■ **Work request**: After going through the data below, state how many lines contain "Mode", and nothing else.

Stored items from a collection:
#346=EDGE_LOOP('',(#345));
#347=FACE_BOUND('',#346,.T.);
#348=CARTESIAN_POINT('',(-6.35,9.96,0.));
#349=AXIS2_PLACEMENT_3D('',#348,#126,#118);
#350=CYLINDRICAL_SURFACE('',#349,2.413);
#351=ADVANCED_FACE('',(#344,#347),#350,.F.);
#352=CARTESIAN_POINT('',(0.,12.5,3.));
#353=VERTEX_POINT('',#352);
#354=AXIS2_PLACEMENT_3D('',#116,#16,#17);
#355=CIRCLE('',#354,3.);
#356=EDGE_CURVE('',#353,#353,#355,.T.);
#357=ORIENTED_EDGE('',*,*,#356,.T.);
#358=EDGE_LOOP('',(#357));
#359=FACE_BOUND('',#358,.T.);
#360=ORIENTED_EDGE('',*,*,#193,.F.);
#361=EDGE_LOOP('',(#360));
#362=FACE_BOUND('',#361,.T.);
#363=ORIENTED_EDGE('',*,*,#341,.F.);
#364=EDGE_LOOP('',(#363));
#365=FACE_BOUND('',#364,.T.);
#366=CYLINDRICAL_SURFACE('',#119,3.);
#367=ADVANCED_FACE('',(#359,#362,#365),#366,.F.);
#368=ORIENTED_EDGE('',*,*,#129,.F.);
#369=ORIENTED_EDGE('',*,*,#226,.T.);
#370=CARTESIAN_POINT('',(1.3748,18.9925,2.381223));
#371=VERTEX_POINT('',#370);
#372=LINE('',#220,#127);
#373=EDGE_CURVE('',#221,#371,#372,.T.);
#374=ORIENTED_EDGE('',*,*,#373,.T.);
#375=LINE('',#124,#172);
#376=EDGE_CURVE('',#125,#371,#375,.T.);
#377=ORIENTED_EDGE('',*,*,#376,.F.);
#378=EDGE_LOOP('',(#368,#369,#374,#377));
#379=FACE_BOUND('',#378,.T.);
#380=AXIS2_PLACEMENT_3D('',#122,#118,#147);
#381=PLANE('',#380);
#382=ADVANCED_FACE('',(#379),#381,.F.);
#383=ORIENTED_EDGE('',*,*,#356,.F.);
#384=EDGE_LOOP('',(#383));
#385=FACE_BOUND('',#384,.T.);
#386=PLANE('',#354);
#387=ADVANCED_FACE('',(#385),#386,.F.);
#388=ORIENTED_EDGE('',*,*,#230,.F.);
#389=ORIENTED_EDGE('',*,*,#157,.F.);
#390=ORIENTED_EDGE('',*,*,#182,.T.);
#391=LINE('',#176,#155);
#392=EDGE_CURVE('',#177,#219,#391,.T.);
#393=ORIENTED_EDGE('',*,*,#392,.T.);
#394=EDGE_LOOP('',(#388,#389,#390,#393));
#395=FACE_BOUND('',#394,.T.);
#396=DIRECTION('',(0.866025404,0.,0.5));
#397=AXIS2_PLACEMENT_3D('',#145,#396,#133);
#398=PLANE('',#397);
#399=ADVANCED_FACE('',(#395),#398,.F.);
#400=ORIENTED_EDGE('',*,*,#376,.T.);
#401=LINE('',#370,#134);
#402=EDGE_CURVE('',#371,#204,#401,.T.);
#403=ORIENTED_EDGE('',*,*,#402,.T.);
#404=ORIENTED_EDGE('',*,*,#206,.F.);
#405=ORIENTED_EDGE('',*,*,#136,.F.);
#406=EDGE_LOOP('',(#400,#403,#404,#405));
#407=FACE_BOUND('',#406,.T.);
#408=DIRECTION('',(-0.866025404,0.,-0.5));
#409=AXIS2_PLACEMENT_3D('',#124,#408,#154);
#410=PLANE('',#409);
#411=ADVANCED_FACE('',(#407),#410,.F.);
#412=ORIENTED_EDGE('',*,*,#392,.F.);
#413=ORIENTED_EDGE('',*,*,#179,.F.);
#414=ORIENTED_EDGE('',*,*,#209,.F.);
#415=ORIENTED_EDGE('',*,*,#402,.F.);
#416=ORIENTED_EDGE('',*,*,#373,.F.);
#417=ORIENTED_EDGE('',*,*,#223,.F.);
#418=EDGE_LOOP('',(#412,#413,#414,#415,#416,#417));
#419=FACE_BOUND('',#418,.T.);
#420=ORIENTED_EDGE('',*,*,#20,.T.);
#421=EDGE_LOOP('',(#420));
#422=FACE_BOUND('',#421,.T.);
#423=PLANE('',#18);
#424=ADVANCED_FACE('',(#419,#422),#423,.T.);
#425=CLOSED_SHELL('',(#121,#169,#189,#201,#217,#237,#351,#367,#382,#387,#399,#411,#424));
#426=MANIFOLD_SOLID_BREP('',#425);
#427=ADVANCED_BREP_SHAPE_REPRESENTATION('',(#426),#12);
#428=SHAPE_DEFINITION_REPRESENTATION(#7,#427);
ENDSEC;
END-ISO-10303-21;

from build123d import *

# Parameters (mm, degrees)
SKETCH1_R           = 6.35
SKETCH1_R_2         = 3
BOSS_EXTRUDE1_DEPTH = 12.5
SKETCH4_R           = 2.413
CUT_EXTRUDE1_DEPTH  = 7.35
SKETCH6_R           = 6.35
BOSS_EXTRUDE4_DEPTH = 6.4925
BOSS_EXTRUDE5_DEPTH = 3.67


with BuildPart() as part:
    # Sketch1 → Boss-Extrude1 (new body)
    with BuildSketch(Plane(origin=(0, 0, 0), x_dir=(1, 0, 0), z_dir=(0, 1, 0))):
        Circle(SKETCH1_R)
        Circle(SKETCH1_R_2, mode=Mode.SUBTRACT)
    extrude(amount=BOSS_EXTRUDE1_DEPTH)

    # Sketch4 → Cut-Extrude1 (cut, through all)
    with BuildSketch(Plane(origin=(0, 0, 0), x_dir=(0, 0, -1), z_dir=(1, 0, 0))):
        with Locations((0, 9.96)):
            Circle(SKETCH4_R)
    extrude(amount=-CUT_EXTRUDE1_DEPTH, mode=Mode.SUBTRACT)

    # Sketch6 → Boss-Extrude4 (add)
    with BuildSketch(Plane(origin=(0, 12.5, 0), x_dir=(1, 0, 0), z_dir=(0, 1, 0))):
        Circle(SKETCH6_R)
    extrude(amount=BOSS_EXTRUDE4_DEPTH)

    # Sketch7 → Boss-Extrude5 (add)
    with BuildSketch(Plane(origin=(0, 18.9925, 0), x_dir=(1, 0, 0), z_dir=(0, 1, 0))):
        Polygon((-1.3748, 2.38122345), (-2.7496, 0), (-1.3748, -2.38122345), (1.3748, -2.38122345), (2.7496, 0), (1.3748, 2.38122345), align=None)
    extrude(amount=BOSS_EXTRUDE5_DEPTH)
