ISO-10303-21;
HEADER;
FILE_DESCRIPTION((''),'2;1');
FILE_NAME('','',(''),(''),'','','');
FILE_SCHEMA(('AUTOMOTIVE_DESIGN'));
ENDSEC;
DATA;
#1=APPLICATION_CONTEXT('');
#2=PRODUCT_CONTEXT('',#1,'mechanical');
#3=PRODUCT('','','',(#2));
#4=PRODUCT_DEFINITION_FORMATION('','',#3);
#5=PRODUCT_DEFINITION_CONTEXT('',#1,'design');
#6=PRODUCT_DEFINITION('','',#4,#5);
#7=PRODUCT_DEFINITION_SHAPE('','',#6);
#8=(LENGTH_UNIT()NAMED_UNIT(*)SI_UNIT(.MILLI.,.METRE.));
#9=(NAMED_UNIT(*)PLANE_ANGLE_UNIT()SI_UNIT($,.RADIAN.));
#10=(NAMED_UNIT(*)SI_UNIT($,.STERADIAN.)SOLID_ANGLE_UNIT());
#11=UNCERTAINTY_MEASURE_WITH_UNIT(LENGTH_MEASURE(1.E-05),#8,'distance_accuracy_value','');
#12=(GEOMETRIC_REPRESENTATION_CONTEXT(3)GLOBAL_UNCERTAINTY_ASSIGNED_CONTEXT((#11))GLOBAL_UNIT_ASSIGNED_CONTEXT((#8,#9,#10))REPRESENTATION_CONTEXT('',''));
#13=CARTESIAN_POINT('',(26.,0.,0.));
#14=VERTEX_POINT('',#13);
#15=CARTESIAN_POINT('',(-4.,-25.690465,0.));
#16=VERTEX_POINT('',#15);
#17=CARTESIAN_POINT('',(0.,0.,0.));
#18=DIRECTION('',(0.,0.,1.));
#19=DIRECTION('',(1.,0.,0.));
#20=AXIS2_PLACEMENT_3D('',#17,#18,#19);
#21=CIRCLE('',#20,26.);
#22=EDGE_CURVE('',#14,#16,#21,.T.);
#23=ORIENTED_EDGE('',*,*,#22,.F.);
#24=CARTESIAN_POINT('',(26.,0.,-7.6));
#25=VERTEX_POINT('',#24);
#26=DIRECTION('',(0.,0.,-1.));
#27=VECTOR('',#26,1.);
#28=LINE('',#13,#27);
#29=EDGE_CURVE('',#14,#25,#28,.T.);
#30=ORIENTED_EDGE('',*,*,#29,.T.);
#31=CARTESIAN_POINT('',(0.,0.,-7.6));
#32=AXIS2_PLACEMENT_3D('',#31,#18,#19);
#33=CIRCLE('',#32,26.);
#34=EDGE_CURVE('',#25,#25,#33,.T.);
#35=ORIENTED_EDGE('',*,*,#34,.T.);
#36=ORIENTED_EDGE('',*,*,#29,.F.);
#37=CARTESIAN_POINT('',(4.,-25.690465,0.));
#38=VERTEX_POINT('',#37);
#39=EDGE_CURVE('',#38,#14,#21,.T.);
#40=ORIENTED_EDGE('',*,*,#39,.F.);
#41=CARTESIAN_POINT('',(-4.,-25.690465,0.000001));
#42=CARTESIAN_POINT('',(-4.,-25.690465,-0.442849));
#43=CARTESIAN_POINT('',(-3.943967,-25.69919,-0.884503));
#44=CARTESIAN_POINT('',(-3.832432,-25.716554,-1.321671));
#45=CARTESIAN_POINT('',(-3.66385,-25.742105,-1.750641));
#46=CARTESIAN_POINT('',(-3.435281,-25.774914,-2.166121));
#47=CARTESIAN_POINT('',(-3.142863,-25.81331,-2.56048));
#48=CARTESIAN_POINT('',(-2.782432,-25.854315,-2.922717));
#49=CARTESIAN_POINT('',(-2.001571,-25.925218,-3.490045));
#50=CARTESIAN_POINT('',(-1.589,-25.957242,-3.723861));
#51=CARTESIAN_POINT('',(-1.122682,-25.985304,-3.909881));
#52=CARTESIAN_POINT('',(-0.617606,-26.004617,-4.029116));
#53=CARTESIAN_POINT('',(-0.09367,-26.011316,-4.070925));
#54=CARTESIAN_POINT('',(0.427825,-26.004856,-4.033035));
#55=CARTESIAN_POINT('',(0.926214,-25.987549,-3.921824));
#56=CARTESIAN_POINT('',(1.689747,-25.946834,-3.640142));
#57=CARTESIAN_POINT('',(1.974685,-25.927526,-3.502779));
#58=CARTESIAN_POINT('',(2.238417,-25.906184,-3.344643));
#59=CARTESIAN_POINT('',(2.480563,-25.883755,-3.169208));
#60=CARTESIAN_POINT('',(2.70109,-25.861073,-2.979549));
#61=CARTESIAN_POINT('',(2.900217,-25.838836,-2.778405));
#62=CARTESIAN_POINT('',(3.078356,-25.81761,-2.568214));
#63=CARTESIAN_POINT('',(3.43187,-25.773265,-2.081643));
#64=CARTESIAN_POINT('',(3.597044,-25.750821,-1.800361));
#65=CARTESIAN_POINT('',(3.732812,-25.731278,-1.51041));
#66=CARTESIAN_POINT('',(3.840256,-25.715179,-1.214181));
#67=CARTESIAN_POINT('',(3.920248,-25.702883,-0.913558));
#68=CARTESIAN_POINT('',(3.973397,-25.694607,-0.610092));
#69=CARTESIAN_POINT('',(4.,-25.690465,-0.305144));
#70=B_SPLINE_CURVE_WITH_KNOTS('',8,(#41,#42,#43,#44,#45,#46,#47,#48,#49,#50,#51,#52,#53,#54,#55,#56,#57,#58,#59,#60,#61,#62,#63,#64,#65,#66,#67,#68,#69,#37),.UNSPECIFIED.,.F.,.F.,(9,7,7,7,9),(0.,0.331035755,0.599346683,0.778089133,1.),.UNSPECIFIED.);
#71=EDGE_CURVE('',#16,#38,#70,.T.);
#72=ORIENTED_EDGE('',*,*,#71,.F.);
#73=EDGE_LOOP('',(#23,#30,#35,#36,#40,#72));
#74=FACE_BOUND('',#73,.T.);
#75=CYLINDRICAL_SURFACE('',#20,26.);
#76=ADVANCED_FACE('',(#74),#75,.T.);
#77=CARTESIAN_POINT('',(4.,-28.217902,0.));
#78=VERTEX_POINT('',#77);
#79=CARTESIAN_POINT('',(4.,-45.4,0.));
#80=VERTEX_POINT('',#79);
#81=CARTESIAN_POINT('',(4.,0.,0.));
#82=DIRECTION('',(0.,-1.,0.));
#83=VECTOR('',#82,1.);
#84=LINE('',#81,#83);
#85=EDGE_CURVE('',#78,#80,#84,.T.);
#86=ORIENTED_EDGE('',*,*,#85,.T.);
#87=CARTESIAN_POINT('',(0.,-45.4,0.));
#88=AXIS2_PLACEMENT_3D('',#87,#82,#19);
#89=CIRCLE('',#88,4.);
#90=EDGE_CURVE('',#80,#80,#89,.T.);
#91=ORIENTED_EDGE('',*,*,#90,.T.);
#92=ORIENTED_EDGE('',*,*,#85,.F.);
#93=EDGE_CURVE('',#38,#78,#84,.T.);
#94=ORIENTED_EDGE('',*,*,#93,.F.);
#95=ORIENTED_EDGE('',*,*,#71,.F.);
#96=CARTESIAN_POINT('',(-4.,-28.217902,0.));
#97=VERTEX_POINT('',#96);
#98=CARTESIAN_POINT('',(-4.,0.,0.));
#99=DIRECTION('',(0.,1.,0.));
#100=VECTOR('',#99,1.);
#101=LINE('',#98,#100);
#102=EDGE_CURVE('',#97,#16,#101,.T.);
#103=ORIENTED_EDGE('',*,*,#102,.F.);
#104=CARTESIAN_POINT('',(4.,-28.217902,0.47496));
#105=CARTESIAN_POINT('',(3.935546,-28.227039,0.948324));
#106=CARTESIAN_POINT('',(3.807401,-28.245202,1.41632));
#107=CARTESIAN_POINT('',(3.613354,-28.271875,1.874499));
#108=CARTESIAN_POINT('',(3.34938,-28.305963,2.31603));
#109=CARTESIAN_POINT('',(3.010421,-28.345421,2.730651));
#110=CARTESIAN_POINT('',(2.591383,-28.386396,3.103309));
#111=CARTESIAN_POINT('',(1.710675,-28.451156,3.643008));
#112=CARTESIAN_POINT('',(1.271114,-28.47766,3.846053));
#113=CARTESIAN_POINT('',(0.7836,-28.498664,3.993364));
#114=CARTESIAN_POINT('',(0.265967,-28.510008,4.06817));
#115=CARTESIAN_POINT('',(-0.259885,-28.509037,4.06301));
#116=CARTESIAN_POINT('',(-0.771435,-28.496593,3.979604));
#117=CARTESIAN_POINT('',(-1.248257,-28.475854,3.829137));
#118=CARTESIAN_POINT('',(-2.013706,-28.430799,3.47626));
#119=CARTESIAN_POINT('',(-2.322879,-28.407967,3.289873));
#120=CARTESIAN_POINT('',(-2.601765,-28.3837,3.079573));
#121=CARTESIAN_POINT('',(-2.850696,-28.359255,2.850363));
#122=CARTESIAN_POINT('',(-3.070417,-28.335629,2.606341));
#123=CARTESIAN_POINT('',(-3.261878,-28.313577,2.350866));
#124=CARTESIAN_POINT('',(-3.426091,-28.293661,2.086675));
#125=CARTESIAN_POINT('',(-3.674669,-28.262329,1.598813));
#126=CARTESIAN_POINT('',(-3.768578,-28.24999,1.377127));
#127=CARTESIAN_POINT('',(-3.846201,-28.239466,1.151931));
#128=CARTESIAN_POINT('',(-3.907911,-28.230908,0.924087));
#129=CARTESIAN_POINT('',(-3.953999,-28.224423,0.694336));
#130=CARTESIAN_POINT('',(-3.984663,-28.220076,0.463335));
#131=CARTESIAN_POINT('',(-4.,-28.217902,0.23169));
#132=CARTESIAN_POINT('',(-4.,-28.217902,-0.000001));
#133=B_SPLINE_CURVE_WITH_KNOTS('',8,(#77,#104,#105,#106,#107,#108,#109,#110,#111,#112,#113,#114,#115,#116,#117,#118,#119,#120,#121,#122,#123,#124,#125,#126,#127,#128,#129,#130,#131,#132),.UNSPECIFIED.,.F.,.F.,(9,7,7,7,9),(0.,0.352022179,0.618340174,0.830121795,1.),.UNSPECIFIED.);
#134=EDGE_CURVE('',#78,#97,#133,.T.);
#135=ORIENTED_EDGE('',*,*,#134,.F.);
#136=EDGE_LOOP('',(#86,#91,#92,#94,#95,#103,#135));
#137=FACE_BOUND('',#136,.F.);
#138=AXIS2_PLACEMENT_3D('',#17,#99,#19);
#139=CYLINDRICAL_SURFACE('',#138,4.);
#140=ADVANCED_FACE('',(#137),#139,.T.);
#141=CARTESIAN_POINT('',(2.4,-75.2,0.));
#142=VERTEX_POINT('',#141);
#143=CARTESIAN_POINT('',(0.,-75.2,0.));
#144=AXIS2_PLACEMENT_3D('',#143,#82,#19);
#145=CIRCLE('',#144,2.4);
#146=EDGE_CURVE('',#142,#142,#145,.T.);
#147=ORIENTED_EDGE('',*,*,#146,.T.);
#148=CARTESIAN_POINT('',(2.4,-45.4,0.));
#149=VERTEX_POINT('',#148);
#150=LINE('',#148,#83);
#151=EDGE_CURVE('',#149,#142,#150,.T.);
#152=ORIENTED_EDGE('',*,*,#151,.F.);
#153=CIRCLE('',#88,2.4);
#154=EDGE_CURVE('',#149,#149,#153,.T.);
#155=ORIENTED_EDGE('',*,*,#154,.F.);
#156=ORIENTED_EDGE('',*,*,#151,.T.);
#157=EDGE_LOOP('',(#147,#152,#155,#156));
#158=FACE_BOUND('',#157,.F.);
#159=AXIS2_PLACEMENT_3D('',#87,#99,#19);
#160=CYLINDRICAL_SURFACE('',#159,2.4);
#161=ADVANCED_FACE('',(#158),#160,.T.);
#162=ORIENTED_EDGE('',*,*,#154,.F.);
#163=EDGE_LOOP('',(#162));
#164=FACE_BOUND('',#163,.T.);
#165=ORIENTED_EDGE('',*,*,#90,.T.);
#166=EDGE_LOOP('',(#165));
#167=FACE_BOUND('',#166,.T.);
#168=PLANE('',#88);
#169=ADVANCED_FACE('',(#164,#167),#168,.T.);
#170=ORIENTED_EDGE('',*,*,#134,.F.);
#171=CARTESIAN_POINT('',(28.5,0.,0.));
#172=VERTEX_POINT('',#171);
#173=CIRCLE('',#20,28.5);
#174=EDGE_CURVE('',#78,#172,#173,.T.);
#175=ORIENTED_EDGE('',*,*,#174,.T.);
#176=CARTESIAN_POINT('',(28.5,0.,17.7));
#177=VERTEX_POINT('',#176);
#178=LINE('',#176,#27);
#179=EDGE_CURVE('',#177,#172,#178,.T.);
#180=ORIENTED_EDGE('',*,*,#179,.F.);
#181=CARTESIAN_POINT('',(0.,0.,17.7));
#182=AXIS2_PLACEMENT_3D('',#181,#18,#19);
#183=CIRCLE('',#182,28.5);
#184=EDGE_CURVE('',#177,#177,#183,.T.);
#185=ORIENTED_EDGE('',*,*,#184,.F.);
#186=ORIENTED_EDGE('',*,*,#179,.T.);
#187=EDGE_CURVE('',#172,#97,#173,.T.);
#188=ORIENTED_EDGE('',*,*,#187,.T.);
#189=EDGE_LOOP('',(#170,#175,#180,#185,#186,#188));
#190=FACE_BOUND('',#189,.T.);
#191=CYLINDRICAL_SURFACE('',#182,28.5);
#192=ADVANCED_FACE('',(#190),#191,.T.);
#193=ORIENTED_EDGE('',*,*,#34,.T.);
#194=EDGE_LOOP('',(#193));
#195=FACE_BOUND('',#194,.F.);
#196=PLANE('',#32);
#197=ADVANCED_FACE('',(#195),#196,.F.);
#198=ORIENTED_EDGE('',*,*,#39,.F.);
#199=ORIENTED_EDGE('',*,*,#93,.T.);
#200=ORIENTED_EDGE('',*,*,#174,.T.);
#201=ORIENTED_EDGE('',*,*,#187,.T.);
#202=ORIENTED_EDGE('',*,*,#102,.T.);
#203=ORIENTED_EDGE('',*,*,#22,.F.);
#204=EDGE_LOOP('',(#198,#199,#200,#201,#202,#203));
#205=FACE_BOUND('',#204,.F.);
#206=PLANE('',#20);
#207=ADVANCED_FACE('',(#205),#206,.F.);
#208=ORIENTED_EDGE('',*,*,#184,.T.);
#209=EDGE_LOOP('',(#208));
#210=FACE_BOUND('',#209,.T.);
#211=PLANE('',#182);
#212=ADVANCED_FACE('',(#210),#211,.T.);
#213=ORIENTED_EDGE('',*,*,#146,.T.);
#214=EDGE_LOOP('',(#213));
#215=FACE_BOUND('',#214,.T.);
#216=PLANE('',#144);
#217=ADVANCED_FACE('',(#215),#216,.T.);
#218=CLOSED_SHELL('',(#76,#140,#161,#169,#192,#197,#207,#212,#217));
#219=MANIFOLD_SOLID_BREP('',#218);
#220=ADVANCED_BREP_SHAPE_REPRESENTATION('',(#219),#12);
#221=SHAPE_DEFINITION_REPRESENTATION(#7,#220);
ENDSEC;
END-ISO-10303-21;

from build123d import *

# Parameters (mm, degrees)
F0_R      = 26
F1_DEPTH  = 7.6
F3_R      = 28.5
F4_DEPTH  = 17.7
F6_R      = 4
F7_DEPTH  = 45.4
F9_R      = 2.4
F10_DEPTH = 29.8


with BuildPart() as f1:
    # F0 (on Top) → F1 (new body)
    with BuildSketch(Plane.XY):
        Circle(F0_R)
    extrude(amount=-F1_DEPTH)

    # F3 (on offset) → F4 (join, through all)
    with BuildSketch(Plane.XY.offset(17.7)):
        Circle(F3_R)
    extrude(amount=-F4_DEPTH)

    # F6 (on Front) → F7 (join, through all)
    with BuildSketch(Plane.XZ):
        Circle(F6_R)
    extrude(amount=F7_DEPTH)

    # F9 (on face) → F10 (join, through all)
    with BuildSketch(Plane.XZ.offset(45.4)):
        Circle(F9_R)
    extrude(amount=F10_DEPTH)


solid = f1.part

■ **Exercise result**: 2